The use of Sorafenib in the treatment of advanced HCC is relatively new. Side effects of the drug have been determined from its use in the treatment of mRCC in 3 other studies. These included Miyake et al in 2009 (69 patients)2, Clement et al in 2008 (38 patients)3 and Tamaskar et al in 2007 (39 patients)4. 5-18% of patients developed thyroiditis with subsequent hypothyroidism. The average time to onset of symptoms was 2-4 months after initiation of Sorafenib. Other patients suffered variable degrees of biochemical abnormalities with their TFTs. A separate study of Sunitinib, a similar Tyrosine Kinase Selective Inhibitor administered for gastrointestinal stromal tumours (GIST) and acute myeloid leukemia in 2007 by Mannavola et. al5 demonstrated a high prevalence of hypothyroidism (46% of 24 patients) secondary to impaired iodine uptake from the drug. Advancing age2, pre-existing underlying thyroid function abnormalities and concurrent radiotherapy to the neck3 (for treatment of cervical spine bony metastases) increased the risk of thyroiditis post Sorafenib treatment. The mechanism of the induction of thyroiditis is not known, although the presence of TPO-Ab suggests an autoimmune response possibly brought about by molecular mimicry and bystander activation. The elevated level of thyroglobulin attests to the fact that there is thyroid follicular destruction. Correlation with the TFTs was highly useful in this case as it showed a clear trend of thyroiditis with an initial hyperthyroid phase followed by “normalisation” of T4 and T3 levels. With rising TSH levels, the inappropriately normal T4 and T3 values reflects the failing effort of the gland to compensate possibly due to follicular destruction.
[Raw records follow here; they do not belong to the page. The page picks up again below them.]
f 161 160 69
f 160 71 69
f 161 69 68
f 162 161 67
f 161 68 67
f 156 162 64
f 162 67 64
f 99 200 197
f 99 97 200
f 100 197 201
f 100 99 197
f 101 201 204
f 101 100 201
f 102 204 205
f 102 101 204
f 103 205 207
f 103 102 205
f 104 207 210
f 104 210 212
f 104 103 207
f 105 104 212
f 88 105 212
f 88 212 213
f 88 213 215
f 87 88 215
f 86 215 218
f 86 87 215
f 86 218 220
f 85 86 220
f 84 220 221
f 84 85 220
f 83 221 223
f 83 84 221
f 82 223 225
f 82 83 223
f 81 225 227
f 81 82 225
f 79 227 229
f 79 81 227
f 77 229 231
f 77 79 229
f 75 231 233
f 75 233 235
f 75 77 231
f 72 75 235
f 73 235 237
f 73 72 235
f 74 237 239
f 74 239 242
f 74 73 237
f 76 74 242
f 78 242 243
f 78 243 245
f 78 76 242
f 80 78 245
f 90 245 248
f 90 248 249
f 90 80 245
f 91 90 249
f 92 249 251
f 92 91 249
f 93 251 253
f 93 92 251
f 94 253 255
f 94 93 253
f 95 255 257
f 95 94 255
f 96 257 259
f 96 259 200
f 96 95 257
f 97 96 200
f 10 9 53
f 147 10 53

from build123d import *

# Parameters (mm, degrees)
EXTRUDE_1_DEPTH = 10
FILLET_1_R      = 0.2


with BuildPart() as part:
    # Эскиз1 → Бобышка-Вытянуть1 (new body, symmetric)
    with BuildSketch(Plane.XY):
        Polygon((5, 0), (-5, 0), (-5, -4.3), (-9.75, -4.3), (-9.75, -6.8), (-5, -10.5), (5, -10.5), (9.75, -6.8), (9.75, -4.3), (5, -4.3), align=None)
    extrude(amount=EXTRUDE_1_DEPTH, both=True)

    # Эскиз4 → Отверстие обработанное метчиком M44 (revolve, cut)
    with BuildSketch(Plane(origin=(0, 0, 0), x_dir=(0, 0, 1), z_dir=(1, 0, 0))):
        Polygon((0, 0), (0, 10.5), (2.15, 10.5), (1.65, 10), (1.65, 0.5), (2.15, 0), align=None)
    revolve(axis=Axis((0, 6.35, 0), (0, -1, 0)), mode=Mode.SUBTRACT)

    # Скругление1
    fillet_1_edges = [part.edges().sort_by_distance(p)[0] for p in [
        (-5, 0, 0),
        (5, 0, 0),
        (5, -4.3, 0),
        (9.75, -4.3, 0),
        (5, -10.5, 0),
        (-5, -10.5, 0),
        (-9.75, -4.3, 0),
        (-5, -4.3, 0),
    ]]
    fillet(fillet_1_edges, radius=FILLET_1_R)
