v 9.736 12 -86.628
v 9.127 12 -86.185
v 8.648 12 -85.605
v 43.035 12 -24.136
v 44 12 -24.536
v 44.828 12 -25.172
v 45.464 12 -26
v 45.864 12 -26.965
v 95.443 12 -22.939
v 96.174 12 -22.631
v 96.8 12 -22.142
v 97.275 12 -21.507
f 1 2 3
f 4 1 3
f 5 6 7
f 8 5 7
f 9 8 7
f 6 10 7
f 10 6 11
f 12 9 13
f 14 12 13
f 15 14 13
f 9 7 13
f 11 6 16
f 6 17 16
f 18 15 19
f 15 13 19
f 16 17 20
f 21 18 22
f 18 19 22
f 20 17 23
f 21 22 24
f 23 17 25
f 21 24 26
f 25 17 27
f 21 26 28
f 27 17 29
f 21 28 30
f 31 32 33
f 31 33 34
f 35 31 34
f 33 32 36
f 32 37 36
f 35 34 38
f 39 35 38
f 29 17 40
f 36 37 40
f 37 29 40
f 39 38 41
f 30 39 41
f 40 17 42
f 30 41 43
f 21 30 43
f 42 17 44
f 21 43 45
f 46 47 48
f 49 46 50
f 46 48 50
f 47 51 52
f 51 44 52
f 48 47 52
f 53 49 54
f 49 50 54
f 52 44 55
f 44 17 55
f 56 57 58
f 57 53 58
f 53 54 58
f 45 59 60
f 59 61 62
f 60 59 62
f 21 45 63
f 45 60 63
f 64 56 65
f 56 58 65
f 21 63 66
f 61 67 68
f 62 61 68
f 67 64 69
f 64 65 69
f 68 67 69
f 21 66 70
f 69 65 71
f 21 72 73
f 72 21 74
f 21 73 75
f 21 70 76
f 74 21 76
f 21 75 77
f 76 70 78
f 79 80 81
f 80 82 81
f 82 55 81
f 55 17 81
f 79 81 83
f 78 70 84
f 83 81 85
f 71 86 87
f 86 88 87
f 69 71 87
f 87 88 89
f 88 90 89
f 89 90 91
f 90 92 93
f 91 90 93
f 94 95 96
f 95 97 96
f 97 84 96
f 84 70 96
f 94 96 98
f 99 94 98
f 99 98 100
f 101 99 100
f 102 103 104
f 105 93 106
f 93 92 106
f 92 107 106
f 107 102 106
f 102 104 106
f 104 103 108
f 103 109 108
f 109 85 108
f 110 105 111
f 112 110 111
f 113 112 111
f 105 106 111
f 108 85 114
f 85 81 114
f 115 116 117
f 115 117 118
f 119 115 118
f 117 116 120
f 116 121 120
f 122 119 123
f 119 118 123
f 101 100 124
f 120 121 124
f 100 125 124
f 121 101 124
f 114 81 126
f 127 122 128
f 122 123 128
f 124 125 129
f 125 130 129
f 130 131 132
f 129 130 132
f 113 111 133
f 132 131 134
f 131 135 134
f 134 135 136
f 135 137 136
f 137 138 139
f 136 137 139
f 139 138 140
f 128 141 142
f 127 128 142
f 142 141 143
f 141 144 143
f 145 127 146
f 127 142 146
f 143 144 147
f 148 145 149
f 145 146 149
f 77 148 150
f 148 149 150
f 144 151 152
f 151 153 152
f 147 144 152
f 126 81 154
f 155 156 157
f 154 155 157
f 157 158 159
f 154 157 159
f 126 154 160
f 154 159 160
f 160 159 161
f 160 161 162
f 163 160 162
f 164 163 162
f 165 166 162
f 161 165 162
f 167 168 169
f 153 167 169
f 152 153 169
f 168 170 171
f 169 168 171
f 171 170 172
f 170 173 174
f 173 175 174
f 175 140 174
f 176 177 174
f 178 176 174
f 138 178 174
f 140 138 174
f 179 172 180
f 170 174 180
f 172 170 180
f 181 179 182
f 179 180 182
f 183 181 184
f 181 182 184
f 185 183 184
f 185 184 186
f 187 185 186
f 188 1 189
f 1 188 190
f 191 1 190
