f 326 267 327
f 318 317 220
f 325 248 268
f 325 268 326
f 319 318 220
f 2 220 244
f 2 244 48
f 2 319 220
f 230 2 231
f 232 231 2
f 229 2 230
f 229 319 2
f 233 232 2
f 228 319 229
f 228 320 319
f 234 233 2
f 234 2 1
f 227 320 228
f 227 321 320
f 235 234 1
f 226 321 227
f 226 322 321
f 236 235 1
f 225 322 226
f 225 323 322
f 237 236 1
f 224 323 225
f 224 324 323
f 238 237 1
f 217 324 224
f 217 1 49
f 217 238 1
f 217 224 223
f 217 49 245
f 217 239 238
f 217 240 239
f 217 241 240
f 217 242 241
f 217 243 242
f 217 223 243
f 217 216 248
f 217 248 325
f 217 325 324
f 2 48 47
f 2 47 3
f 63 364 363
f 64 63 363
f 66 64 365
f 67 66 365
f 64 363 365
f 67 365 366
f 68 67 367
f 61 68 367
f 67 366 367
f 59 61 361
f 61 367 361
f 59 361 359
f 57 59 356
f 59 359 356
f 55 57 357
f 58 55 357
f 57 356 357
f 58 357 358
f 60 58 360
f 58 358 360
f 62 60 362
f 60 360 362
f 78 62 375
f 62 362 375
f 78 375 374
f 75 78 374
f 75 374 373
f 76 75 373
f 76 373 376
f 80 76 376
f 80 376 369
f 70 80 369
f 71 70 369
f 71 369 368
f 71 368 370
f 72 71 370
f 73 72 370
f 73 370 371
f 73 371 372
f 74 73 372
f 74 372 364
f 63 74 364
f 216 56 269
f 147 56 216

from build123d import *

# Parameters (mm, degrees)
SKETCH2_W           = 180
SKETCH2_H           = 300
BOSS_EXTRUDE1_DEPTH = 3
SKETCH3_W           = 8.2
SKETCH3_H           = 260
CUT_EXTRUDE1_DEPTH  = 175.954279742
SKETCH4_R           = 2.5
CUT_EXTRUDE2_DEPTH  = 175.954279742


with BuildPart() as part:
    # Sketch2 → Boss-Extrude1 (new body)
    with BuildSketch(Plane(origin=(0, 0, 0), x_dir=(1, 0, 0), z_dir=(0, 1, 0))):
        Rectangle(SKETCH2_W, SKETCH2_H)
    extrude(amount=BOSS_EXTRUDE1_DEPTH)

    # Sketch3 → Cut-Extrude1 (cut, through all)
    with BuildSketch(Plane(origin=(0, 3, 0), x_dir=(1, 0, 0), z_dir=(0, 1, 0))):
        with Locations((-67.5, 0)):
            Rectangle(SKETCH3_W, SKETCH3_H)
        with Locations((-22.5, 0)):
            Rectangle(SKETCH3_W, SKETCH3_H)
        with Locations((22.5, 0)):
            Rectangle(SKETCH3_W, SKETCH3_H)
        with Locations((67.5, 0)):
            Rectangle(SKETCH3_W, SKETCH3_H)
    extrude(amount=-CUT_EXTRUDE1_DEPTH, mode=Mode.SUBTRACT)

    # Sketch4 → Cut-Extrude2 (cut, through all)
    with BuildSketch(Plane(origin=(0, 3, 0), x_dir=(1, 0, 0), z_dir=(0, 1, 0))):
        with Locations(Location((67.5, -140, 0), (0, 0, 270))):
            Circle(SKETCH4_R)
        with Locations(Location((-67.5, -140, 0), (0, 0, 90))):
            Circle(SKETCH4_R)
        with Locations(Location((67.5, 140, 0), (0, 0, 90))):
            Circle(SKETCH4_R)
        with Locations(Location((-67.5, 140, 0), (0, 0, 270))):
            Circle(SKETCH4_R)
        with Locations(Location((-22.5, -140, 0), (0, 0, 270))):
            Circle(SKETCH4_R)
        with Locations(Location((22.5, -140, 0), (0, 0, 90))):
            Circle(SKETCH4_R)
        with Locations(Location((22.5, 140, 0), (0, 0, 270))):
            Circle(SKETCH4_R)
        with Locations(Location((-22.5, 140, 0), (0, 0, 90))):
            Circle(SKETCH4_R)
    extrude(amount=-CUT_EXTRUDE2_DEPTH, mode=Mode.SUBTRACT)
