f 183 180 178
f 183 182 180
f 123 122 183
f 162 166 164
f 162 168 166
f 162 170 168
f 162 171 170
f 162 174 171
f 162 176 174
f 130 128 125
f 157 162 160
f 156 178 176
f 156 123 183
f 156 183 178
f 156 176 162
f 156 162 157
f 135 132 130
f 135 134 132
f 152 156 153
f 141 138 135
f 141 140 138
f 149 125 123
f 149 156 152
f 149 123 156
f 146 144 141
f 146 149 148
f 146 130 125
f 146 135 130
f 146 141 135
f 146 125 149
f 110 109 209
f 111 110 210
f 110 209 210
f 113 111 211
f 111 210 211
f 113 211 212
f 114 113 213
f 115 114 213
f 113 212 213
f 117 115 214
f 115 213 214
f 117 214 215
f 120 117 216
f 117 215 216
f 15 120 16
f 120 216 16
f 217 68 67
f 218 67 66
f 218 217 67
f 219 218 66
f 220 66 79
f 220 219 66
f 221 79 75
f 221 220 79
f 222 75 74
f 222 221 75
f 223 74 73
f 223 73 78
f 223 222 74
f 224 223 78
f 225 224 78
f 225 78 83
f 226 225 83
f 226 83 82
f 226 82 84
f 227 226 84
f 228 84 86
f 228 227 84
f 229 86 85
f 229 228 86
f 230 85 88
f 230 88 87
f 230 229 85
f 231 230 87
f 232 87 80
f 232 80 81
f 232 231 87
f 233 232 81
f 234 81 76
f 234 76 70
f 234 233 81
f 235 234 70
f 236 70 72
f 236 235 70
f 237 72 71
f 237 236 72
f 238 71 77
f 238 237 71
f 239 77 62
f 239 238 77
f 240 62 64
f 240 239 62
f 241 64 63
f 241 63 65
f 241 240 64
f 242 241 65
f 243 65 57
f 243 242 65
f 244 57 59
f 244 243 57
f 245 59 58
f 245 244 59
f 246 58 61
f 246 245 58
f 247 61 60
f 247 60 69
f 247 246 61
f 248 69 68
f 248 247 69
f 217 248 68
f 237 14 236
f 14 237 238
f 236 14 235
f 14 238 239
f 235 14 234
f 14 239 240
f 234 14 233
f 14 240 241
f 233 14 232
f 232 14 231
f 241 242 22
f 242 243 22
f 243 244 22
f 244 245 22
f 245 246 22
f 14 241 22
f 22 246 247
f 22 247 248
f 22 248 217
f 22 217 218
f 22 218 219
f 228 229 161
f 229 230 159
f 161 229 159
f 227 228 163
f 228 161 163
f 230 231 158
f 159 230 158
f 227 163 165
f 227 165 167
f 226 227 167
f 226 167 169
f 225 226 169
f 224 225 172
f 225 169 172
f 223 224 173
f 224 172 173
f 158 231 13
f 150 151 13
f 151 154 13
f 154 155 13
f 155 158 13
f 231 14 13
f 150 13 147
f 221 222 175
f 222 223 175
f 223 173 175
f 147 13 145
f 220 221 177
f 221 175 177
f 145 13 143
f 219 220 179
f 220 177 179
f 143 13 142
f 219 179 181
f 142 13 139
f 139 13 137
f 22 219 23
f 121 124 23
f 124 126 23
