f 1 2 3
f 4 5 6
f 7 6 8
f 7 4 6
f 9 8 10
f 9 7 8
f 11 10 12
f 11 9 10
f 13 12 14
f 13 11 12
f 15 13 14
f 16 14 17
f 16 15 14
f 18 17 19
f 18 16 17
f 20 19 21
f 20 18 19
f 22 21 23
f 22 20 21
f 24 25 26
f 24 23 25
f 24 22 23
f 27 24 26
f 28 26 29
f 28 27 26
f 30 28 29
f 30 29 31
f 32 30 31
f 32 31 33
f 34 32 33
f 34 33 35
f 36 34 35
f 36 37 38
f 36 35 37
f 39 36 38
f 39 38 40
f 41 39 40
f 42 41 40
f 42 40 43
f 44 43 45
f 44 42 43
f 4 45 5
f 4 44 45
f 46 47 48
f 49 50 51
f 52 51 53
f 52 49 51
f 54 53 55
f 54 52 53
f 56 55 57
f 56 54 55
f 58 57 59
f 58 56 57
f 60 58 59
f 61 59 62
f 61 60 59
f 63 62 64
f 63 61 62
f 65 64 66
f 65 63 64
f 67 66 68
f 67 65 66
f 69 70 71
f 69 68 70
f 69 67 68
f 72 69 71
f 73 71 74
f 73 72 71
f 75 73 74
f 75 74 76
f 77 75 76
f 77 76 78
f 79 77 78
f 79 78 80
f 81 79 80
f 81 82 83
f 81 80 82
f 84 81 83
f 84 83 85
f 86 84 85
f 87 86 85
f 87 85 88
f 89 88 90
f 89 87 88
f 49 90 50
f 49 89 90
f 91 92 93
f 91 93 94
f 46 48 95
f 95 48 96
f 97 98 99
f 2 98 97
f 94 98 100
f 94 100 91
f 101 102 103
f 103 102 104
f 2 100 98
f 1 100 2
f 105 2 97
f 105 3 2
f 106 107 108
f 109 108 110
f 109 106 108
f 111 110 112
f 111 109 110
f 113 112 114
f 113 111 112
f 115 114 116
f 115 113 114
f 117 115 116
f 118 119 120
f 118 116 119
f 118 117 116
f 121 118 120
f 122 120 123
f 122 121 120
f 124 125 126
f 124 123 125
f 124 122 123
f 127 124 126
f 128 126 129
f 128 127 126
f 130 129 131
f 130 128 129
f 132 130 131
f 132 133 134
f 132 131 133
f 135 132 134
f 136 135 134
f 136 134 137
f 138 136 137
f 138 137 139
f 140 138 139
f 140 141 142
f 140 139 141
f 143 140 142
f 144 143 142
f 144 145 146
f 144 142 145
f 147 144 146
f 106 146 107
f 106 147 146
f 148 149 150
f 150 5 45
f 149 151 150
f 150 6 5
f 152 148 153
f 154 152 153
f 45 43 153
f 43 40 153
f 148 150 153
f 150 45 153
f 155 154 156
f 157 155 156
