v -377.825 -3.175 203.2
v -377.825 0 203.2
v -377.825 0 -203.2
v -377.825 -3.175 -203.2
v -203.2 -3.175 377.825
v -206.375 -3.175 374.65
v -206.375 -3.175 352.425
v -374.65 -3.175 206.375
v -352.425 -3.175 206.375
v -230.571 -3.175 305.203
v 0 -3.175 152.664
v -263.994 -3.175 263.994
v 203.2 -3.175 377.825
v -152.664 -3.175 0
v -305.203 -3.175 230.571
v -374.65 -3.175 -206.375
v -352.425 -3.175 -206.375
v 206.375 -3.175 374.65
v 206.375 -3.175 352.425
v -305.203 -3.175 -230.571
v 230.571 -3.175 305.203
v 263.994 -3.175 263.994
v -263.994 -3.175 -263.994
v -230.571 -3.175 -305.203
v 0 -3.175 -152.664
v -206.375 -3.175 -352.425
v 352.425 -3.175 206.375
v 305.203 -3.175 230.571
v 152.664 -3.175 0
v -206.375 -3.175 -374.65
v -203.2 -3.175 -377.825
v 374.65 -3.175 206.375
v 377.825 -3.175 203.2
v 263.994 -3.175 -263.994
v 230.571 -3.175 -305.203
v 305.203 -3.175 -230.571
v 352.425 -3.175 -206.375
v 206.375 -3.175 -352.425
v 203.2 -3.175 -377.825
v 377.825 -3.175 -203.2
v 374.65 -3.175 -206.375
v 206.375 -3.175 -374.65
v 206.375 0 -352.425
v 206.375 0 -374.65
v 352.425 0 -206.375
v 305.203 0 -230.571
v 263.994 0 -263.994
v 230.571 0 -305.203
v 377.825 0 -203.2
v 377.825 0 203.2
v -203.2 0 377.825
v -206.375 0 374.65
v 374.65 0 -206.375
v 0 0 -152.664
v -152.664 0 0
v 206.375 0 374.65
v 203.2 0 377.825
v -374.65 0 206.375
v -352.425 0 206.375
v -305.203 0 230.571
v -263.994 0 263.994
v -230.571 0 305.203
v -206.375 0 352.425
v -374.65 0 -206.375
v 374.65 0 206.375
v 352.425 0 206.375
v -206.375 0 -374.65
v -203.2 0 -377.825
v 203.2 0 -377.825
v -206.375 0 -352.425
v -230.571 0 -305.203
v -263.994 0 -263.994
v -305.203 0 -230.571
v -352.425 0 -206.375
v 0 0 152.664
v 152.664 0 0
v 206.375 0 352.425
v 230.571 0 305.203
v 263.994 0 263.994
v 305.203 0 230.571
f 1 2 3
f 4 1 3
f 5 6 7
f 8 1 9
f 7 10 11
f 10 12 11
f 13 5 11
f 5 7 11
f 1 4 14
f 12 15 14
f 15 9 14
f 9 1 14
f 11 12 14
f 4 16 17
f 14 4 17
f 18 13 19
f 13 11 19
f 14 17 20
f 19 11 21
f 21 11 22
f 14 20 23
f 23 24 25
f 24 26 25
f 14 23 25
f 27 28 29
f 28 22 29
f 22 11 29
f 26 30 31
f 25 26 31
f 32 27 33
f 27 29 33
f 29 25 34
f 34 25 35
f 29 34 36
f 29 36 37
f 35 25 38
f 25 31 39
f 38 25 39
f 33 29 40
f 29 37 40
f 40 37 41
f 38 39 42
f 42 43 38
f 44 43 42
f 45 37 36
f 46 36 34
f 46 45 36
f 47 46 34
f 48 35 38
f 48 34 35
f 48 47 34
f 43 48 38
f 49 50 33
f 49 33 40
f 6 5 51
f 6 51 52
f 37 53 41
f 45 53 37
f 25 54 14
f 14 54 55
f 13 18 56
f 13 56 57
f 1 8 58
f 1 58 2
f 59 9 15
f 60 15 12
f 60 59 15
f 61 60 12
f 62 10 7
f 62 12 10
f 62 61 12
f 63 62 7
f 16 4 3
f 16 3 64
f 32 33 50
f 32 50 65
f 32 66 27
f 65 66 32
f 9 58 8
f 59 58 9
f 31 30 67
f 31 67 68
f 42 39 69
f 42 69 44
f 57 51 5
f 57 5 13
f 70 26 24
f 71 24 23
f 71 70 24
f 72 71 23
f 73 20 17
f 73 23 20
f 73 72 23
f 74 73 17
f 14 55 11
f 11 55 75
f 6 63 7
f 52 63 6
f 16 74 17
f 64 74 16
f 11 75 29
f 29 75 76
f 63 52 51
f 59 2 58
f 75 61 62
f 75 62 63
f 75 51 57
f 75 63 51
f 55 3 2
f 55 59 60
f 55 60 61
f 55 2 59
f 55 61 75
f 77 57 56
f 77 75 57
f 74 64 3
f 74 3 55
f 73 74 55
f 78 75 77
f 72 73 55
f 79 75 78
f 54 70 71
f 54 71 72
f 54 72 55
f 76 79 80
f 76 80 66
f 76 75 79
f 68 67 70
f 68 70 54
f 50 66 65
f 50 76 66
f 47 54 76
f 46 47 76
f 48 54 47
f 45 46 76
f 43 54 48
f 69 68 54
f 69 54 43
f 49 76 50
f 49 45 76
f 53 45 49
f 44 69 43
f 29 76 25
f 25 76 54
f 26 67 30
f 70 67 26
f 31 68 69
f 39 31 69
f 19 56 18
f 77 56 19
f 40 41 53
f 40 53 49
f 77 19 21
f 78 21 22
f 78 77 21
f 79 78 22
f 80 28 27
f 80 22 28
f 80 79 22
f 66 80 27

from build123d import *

# Parameters (mm, degrees)
SKETCH2_W           = 755.65
SKETCH2_H           = 755.65
BASE_FLANGE1_DEPTH  = 3.175
CUT_EXTRUDE1_DEPTH  = 535.334672162
CUT_EXTRUDE2_DEPTH  = 535.334672162
BREAK_CORNER1_START = -3.175
BREAK_CORNER1_DEPTH = 3.175


# Read off the part's stored shape, not the designer's step: Break-Corner1
# Sheet-metal steps are written as plain solids
with BuildPart() as part:
    # Sketch2 → Base-Flange1 (new body)
    with BuildSketch(Plane(origin=(0, 0, 0), x_dir=(1, 0, 0), z_dir=(0, 1, 0))):
        Rectangle(SKETCH2_W, SKETCH2_H)
    extrude(amount=-BASE_FLANGE1_DEPTH)

    # Sketch3 → Cut-Extrude1 (cut, through all)
    with BuildSketch(Plane(origin=(0, 0, 0), x_dir=(1, 0, 0), z_dir=(0, 1, 0))):
        Polygon((0, -152.664354058), (152.664354058, 0), (0, 152.664354058), (-152.664354058, 0), align=None)
    extrude(amount=-CUT_EXTRUDE1_DEPTH, mode=Mode.SUBTRACT)

    # Sketch4 → Cut-Extrude2 (cut, through all)
    with BuildSketch(Plane(origin=(0, 0, 0), x_dir=(1, 0, 0), z_dir=(0, 1, 0))):
        with BuildLine():
            Line((377.825, 206.375), (352.425, 206.375))
            ThreePointArc((352.425, 206.375), (263.993664919, 263.993664919), (206.375, 352.425))
            Line((206.375, 352.425), (206.375, 377.825))
            Line((206.375, 377.825), (377.825, 377.825))
            Line((377.825, 377.825), (377.825, 206.375))
        make_face()
        with BuildLine():
            Line((206.375, -377.825), (206.375, -352.425))
            ThreePointArc((206.375, -352.425), (263.993664919, -263.993664919), (352.425, -206.375))
            Line((352.425, -206.375), (377.825, -206.375))
            Line((377.825, -206.375), (377.825, -377.825))
            Line((377.825, -377.825), (206.375, -377.825))
        make_face()
        with BuildLine():
            Line((-377.825, -206.375), (-352.425, -206.375))
            ThreePointArc((-352.425, -206.375), (-263.993664919, -263.993664919), (-206.375, -352.425))
            Line((-206.375, -352.425), (-206.375, -377.825))
            Line((-206.375, -377.825), (-377.825, -377.825))
            Line((-377.825, -377.825), (-377.825, -206.375))
        make_face()
        with BuildLine():
            Line((-206.375, 377.825), (-206.375, 352.425))
            ThreePointArc((-206.375, 352.425), (-263.993664919, 263.993664919), (-352.425, 206.375))
            Line((-352.425, 206.375), (-377.825, 206.375))
            Line((-377.825, 206.375), (-377.825, 377.825))
            Line((-377.825, 377.825), (-206.375, 377.825))
        make_face()
    extrude(amount=-CUT_EXTRUDE2_DEPTH, mode=Mode.SUBTRACT)

    # Break-Corner1 outline → Break-Corner1 (cut)
    with BuildSketch(Plane(origin=(0, 0, 0), x_dir=(1, 0, 0), z_dir=(0, 1, 0)).offset(BREAK_CORNER1_START)):
        Polygon((-206.375, 374.65), (-203.2, 377.825), (-206.375, 377.825), align=None)
        Polygon((203.2, 377.825), (206.375, 374.65), (206.375, 377.825), align=None)
        Polygon((377.825, -206.375), (377.825, -203.2), (374.65, -206.375), align=None)
        Polygon((374.65, 206.375), (377.825, 203.2), (377.825, 206.375), align=None)
        Polygon((-374.65, -206.375), (-377.825, -203.2), (-377.825, -206.375), align=None)
        Polygon((-377.825, 203.2), (-374.65, 206.375), (-377.825, 206.375), align=None)
        Polygon((206.375, -374.65), (203.2, -377.825), (206.375, -377.825), align=None)
        Polygon((-203.2, -377.825), (-206.375, -374.65), (-206.375, -377.825), align=None)
    extrude(amount=BREAK_CORNER1_DEPTH, mode=Mode.SUBTRACT)


solid = part.part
The thyroid scan was helpful in that it excluded other causes of hyperthyroidism including Graves’ disease where TPO-Ab can also be elevated, and Autonomous Toxic Nodules. In light of a raised TSH level (at the time the scan was performed), the normality of the thyroid scan was suspect. As the destruction of the thyroid gland progresses, intrathyroidal hormonogenesis is decreased. Pituitary TSH is released in response to decreased circulating levels of thyroid hormones that result from gland destruction.
In conclusion, TFTs monitoring should be performed in patients with risk factors for developing thyroiditis post Sorafenib treatment and when clinically indicated. This case highlights the fact that correlation of the thyroid scan with TFTs and the patient’s symptoms is important and that the multidisciplinary interpretation of nuclear imaging with biochemical clinical parameters is vital for optimal scan interpretation, clinical diagnosis and management in patients being administered Tyrosine Kinase Inhibitors.